Vielleicht hätte sich mit einer klassischen Ego-Perspektive also doch mehr aus dem Spiel machen lassen können. Zumal die Bewegungen der Charaktere nicht einmal sehr flüssig aussehen und man sich wegen der veralteten Physik des Spiels nicht die Mühe einer 3rd Person Sicht hätte machen müssen.

Platte Charaktere und flache Sprüche

Auch wenn die Geschichte vergleichsweise kreativ ist, hat das Kriegsspiel keine besonderen Neuheiten auf Lager. Lediglich ein sogenanntes Loyalitätssystem soll das Spiel von anderen Shootern abheben. Dabei kämpft man um die Gunst seiner KI-Mitspieler, damit sie einem in den Schlachten tatkräftig zur Seite stehen. Die gewünschte Vielfalt bringt dieser Modus jedoch nicht mit sich.
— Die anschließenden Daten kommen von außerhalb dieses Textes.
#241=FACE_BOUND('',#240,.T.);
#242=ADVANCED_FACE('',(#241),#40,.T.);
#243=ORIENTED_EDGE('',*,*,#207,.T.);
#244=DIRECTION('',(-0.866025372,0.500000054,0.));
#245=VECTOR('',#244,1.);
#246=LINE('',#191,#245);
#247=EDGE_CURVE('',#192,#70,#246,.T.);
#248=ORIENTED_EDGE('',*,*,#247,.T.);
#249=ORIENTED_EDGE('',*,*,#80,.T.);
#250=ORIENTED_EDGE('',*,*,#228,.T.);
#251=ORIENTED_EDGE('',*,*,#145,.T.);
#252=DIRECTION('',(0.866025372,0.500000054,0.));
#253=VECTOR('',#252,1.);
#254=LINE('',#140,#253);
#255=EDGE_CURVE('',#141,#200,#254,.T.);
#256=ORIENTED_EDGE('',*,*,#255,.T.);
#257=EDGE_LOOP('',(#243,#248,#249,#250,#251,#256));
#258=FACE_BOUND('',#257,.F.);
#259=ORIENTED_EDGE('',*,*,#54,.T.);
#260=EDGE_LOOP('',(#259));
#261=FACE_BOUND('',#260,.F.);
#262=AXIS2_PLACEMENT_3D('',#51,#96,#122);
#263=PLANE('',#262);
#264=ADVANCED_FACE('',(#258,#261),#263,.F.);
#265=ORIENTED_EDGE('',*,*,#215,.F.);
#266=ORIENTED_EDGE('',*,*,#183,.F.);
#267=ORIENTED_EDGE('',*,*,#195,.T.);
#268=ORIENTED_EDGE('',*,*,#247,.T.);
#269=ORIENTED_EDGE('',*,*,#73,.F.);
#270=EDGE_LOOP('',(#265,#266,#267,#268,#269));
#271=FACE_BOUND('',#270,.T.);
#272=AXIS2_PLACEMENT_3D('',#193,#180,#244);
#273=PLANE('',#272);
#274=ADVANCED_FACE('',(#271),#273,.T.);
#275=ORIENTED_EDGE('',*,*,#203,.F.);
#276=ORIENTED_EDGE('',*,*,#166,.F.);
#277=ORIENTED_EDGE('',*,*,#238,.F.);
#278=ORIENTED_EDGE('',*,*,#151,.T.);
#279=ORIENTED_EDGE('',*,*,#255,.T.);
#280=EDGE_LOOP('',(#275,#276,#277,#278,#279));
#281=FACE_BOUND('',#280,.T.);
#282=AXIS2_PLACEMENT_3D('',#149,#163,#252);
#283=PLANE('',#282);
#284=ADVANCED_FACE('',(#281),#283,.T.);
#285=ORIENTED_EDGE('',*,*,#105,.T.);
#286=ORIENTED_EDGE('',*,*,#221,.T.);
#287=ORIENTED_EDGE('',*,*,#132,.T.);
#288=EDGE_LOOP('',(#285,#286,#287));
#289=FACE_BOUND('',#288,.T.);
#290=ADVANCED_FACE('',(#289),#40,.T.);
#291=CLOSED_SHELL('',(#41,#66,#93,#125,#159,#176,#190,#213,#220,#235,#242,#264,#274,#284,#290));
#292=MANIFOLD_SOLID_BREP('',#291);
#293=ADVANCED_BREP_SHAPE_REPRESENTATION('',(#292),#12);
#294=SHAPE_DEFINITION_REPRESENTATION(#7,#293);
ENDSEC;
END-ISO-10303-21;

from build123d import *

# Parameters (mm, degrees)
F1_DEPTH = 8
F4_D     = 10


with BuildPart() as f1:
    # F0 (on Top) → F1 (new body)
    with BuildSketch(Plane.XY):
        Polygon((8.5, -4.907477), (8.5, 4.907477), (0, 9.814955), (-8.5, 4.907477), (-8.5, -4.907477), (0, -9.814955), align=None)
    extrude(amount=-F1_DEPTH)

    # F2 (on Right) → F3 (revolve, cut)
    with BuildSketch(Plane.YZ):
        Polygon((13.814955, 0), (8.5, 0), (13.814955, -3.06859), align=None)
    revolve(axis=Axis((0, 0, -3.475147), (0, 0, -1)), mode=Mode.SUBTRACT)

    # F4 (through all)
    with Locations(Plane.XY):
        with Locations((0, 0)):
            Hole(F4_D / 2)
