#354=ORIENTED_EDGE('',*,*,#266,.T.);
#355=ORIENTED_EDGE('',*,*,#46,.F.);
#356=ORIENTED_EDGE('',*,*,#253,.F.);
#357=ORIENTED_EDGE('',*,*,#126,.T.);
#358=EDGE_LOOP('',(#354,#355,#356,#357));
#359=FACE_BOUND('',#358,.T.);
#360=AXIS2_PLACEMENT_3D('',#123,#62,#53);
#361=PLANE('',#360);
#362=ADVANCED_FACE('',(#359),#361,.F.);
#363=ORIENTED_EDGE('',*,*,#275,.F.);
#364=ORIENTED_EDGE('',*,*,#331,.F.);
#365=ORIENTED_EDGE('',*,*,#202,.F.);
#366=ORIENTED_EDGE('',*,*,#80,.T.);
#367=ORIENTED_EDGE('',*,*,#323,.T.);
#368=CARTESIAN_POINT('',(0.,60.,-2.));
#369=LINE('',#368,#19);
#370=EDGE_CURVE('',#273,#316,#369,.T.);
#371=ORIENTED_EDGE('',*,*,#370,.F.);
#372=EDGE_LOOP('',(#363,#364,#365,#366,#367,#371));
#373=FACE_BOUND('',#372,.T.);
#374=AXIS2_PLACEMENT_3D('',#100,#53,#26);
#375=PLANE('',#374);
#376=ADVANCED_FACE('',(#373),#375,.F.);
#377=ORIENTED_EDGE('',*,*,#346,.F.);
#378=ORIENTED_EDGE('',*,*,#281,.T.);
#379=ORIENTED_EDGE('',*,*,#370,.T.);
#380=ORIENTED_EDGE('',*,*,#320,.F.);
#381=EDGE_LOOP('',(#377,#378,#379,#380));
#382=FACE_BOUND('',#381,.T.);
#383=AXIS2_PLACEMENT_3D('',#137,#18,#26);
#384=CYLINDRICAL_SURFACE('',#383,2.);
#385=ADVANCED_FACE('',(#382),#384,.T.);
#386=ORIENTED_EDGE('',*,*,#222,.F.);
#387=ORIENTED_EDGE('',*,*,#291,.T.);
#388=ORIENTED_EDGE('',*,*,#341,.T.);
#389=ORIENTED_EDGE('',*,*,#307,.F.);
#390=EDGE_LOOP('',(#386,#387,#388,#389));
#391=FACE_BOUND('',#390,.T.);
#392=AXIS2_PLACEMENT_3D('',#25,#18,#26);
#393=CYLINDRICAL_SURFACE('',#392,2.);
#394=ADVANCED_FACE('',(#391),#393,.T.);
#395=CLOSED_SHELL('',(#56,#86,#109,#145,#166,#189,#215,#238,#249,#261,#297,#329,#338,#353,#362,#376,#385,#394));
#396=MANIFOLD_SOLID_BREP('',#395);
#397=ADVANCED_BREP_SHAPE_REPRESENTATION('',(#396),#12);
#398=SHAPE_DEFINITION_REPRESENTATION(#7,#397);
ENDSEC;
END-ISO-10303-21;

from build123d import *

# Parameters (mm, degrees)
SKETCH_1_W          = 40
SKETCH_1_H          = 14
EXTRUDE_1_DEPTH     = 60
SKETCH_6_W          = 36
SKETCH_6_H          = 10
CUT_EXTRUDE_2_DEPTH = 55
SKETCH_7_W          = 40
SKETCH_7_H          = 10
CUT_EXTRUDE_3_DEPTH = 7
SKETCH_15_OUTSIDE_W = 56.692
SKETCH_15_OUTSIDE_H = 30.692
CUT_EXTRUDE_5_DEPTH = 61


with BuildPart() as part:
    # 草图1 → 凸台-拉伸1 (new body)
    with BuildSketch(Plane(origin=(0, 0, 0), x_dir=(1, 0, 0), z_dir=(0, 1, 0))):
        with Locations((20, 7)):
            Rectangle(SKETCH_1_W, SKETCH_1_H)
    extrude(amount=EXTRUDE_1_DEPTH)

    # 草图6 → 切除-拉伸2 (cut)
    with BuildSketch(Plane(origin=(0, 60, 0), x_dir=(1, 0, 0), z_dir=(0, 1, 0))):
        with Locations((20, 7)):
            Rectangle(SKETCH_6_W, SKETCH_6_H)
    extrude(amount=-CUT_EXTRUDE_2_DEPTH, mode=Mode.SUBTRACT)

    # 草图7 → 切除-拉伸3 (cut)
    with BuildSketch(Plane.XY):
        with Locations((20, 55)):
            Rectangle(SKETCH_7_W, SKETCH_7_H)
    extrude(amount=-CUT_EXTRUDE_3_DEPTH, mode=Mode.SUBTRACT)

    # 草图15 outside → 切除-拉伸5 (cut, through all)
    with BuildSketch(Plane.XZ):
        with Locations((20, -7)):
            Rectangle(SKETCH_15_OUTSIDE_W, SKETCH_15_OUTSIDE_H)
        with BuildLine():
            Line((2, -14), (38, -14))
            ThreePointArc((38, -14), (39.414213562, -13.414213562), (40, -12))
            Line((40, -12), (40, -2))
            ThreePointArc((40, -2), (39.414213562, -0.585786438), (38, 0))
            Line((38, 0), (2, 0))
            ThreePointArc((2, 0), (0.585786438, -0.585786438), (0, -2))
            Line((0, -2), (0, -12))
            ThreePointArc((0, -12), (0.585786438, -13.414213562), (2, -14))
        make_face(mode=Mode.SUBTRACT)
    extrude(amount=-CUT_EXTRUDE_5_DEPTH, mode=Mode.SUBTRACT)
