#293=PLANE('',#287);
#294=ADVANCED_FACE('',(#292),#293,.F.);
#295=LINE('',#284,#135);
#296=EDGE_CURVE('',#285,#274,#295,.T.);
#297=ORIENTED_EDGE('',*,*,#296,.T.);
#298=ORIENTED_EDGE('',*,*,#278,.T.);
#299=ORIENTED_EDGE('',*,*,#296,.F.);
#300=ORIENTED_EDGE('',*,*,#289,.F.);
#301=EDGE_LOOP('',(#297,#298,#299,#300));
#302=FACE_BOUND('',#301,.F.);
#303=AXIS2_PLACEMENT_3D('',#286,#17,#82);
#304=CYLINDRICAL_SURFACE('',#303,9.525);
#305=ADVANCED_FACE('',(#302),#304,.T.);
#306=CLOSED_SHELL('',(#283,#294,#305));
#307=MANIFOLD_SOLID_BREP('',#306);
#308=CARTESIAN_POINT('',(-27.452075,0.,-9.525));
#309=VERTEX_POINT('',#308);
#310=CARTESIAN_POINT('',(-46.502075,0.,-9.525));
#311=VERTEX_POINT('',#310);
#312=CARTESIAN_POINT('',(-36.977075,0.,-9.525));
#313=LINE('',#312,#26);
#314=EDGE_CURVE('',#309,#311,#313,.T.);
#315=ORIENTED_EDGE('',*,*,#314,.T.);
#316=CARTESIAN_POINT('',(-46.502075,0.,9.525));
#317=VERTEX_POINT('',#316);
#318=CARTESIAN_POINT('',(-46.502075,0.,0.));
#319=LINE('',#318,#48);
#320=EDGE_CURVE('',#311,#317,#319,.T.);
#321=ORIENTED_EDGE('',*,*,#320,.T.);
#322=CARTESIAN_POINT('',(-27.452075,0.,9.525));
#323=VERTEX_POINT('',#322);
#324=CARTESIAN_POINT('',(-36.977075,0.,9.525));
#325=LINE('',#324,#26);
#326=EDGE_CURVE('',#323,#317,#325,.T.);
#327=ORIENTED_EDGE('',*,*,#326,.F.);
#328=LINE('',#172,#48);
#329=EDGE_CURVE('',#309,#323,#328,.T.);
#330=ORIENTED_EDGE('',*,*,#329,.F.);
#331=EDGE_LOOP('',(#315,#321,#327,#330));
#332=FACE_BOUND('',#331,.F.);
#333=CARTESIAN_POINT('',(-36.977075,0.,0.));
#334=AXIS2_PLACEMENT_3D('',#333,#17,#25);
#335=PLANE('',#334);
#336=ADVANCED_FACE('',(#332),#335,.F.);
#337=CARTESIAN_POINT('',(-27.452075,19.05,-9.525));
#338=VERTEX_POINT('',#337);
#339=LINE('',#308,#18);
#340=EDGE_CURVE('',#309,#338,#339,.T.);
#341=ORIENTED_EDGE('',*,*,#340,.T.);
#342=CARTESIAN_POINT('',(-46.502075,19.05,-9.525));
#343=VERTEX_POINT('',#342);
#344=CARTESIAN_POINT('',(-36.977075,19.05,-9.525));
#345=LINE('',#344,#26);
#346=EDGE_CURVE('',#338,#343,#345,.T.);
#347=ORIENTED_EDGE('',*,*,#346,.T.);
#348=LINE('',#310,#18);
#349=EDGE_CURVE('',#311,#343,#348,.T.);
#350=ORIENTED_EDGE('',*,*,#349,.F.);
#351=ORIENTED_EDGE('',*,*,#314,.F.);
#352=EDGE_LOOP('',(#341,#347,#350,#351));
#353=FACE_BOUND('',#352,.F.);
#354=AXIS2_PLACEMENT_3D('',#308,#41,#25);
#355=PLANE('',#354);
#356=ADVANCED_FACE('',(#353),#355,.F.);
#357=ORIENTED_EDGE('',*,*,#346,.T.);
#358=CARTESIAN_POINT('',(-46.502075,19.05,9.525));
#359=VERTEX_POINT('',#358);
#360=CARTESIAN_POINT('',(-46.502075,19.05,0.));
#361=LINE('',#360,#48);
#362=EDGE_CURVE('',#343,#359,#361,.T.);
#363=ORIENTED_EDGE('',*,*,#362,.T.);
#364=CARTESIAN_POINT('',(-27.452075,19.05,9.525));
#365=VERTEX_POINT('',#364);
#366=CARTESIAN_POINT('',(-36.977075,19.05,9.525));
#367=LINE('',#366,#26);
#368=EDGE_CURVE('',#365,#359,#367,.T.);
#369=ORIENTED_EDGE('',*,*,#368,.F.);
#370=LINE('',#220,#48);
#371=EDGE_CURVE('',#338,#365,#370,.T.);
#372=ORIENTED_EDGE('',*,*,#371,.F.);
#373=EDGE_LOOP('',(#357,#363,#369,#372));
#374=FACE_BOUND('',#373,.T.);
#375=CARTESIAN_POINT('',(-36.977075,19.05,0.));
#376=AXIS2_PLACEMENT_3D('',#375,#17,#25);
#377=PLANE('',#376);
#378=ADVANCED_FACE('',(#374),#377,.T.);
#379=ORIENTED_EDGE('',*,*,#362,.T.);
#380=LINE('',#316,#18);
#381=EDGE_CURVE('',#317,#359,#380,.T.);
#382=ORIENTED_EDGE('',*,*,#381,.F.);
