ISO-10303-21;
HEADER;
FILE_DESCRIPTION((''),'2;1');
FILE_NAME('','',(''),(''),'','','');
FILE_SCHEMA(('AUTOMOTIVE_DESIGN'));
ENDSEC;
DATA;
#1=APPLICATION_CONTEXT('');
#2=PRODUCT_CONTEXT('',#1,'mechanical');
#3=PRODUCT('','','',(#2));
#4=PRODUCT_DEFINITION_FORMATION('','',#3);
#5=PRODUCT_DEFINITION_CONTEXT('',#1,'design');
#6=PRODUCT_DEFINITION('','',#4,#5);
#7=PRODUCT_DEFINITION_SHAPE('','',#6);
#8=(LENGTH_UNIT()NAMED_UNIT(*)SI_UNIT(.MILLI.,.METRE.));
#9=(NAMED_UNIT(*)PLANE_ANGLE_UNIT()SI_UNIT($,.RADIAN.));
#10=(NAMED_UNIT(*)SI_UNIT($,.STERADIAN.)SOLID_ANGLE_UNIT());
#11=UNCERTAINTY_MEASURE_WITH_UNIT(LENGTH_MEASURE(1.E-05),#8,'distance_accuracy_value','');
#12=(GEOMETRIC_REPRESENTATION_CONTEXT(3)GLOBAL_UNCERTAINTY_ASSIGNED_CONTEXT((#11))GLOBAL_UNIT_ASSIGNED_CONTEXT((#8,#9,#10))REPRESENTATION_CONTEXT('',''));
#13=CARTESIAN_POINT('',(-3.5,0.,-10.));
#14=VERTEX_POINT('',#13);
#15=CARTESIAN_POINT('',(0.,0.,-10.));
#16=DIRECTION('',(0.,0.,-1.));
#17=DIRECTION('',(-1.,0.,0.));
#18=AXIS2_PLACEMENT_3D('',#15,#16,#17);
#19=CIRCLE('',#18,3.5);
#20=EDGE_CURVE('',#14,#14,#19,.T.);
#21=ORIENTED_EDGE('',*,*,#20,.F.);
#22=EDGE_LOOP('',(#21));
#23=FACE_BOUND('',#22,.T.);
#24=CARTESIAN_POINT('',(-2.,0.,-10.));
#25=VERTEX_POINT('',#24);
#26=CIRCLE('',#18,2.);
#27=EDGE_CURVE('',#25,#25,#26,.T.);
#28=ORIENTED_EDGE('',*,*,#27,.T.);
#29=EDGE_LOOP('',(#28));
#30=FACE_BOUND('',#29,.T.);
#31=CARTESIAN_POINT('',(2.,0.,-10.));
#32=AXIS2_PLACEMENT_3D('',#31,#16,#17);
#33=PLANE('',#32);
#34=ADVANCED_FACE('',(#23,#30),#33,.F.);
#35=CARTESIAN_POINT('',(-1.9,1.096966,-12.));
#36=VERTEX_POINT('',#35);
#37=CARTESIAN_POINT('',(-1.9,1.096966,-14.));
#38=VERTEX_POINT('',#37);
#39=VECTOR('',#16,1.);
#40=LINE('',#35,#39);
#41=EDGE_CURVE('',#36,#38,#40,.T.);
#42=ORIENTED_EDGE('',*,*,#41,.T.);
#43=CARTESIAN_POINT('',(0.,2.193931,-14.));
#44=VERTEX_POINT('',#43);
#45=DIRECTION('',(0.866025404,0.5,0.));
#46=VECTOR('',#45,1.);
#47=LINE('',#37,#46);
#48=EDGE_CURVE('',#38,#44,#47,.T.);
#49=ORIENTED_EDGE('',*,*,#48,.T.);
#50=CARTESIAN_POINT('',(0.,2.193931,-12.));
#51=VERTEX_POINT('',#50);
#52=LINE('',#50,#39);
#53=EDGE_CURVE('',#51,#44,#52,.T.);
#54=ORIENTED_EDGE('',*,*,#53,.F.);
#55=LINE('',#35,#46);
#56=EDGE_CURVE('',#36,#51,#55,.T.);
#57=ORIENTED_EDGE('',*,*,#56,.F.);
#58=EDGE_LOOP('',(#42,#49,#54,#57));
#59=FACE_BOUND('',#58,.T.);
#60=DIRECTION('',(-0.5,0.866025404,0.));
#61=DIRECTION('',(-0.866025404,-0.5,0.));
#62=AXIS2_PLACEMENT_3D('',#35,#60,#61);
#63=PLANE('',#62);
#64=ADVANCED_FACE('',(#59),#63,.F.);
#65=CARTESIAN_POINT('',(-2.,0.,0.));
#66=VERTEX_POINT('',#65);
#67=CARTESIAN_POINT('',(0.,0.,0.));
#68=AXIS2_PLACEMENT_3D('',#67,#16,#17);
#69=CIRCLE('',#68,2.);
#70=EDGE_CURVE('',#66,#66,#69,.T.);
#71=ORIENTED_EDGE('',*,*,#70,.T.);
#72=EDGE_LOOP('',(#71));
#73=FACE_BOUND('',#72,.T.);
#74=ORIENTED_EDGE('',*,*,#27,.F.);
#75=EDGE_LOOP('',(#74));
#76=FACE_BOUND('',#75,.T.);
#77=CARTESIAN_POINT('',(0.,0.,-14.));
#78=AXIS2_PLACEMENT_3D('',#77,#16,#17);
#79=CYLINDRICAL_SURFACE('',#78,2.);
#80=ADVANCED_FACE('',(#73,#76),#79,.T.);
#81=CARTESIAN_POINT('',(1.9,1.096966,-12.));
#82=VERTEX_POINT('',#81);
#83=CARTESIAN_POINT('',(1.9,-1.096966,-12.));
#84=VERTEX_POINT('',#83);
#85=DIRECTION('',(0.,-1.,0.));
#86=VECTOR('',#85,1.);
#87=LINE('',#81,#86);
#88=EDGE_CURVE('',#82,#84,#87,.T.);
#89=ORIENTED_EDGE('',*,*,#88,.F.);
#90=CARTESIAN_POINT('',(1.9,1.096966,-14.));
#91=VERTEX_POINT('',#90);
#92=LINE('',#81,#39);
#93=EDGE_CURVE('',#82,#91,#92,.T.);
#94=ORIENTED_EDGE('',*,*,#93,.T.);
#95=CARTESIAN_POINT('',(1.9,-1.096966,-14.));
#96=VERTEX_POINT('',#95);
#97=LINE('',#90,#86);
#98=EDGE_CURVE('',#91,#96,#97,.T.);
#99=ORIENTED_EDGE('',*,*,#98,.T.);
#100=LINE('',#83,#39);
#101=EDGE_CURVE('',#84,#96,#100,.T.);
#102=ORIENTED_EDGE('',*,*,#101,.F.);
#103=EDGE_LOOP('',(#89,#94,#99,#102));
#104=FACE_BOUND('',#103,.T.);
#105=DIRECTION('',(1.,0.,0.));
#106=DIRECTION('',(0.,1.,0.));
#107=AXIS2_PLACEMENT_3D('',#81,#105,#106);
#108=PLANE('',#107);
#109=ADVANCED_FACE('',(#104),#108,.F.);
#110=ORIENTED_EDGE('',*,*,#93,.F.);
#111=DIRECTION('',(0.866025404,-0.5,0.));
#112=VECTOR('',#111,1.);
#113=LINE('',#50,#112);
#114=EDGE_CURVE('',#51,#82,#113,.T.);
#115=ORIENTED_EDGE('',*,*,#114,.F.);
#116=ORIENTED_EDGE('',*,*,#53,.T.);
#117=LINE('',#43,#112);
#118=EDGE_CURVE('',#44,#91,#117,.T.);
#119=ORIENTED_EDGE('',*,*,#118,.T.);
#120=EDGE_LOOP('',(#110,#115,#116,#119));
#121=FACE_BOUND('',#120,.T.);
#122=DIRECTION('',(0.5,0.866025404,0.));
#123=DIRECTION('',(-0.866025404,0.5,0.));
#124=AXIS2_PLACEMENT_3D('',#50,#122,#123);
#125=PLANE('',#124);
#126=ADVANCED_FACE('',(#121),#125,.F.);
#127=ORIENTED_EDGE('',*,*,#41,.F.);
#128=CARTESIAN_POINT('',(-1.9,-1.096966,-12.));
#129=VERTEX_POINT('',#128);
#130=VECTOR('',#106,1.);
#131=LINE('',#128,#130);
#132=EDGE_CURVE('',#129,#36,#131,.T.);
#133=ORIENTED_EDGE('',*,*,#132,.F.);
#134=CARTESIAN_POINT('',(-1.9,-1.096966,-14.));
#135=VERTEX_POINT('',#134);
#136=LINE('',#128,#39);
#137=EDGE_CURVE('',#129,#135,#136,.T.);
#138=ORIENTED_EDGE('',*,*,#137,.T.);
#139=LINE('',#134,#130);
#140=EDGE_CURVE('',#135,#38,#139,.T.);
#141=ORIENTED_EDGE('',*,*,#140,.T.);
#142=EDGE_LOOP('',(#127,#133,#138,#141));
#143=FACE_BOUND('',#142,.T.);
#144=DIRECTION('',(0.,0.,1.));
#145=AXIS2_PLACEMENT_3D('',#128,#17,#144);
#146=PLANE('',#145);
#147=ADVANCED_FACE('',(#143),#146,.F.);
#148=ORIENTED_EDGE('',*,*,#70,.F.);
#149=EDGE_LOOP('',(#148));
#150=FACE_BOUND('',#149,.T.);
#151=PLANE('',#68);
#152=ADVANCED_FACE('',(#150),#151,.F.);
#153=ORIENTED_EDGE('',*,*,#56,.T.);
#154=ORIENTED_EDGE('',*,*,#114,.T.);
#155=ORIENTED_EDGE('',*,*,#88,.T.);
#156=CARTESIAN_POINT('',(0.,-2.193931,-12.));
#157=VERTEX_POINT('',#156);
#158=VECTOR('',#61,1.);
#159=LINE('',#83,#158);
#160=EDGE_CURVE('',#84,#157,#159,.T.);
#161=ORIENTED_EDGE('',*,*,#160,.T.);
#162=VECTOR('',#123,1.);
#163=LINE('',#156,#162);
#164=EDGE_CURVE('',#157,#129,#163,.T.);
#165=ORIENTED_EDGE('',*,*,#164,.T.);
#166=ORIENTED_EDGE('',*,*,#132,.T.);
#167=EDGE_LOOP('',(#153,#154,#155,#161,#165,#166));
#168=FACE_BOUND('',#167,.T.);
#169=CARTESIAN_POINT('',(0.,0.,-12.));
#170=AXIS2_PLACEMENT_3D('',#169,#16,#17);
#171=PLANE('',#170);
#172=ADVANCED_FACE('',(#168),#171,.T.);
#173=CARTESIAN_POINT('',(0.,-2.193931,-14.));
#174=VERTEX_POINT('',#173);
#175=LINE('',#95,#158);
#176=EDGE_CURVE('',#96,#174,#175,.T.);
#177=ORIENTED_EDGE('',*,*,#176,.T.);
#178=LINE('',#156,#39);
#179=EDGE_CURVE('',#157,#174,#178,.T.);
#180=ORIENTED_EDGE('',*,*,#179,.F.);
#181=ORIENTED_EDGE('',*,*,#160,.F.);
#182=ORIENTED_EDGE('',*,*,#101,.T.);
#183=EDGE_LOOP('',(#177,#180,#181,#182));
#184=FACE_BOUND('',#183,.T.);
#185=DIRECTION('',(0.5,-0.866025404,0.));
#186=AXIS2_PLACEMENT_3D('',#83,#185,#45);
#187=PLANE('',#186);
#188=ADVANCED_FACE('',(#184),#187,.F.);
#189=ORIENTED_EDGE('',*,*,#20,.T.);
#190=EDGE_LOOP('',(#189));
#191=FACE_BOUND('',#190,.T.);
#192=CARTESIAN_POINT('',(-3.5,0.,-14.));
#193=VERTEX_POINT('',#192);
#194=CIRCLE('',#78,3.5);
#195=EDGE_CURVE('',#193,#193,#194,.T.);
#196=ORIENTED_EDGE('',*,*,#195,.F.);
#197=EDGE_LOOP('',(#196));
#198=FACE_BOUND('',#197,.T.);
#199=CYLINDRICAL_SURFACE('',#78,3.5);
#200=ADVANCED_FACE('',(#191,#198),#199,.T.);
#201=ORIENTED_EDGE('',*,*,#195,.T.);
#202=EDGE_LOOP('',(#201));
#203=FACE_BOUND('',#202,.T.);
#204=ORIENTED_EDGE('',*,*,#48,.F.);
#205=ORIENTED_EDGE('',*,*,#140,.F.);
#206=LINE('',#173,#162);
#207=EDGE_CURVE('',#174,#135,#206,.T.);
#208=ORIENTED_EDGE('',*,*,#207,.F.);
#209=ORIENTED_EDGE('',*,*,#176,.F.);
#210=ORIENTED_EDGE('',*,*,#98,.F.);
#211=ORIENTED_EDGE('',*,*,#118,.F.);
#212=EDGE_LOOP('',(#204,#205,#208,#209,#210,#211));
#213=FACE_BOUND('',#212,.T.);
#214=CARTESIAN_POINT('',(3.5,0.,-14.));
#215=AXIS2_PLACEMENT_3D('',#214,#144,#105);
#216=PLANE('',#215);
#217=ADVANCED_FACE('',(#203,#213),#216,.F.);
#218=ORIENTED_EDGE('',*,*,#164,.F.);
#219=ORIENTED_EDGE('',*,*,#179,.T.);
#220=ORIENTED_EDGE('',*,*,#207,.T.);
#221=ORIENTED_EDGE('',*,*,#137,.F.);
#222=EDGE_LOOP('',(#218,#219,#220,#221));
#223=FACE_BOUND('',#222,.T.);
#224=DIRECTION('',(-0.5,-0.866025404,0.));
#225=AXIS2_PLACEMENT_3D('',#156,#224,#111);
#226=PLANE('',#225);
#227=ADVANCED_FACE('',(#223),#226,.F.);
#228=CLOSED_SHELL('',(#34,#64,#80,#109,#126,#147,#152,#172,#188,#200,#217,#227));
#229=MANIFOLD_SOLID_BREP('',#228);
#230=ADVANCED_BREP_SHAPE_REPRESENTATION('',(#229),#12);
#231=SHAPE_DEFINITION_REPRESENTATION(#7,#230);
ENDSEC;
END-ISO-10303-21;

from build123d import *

# Parameters (mm, degrees)
CUT_EXTRUDE_1_DEPTH = 2


with BuildPart() as part:
    # 草图1 → 旋转1 (revolve)
    with BuildSketch(Plane(origin=(0, 0, 0), x_dir=(1, 0, 0), z_dir=(0, 1, 0)), mode=Mode.PRIVATE) as revolve_1_sk:
        Polygon((0, 0), (2, 0), (2, 10), (3.5, 10), (3.5, 14), (0, 14), align=None)
    revolve(revolve_1_sk.sketch.rotate(Axis((0, 0, -14), (0, 0, 1)), 180), axis=Axis((0, 0, -14), (0, 0, 1)))

    # 草图2 → 切除-拉伸1 (cut)
    with BuildSketch(Plane(origin=(0, 0, -14), x_dir=(-1, 0, 0), z_dir=(0, 0, -1))):
        Polygon((0, 2.193931023), (-1.9, 1.096965511), (-1.9, -1.096965511), (0, -2.193931023), (1.9, -1.096965511), (1.9, 1.096965511), align=None)
    extrude(amount=-CUT_EXTRUDE_1_DEPTH, mode=Mode.SUBTRACT)


solid = part.part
Ein weiterer Kritikpunkt sind die uninspirierten und klischeehaften Dialoge in den Zwischensequenzen. Diese bauen keines Falls Nähe zum Spieler auf und erinnern viel mehr an einen schlechten Hollywoodstreifen. Während die amerikanischen Helden der Spezialeinheit einen coolen Spruch nach dem anderen von sich geben, halten sich die britischen Teamkameraden natürlich fein zurück. Insgesamt wirkt eben alles etwas unmotiviert.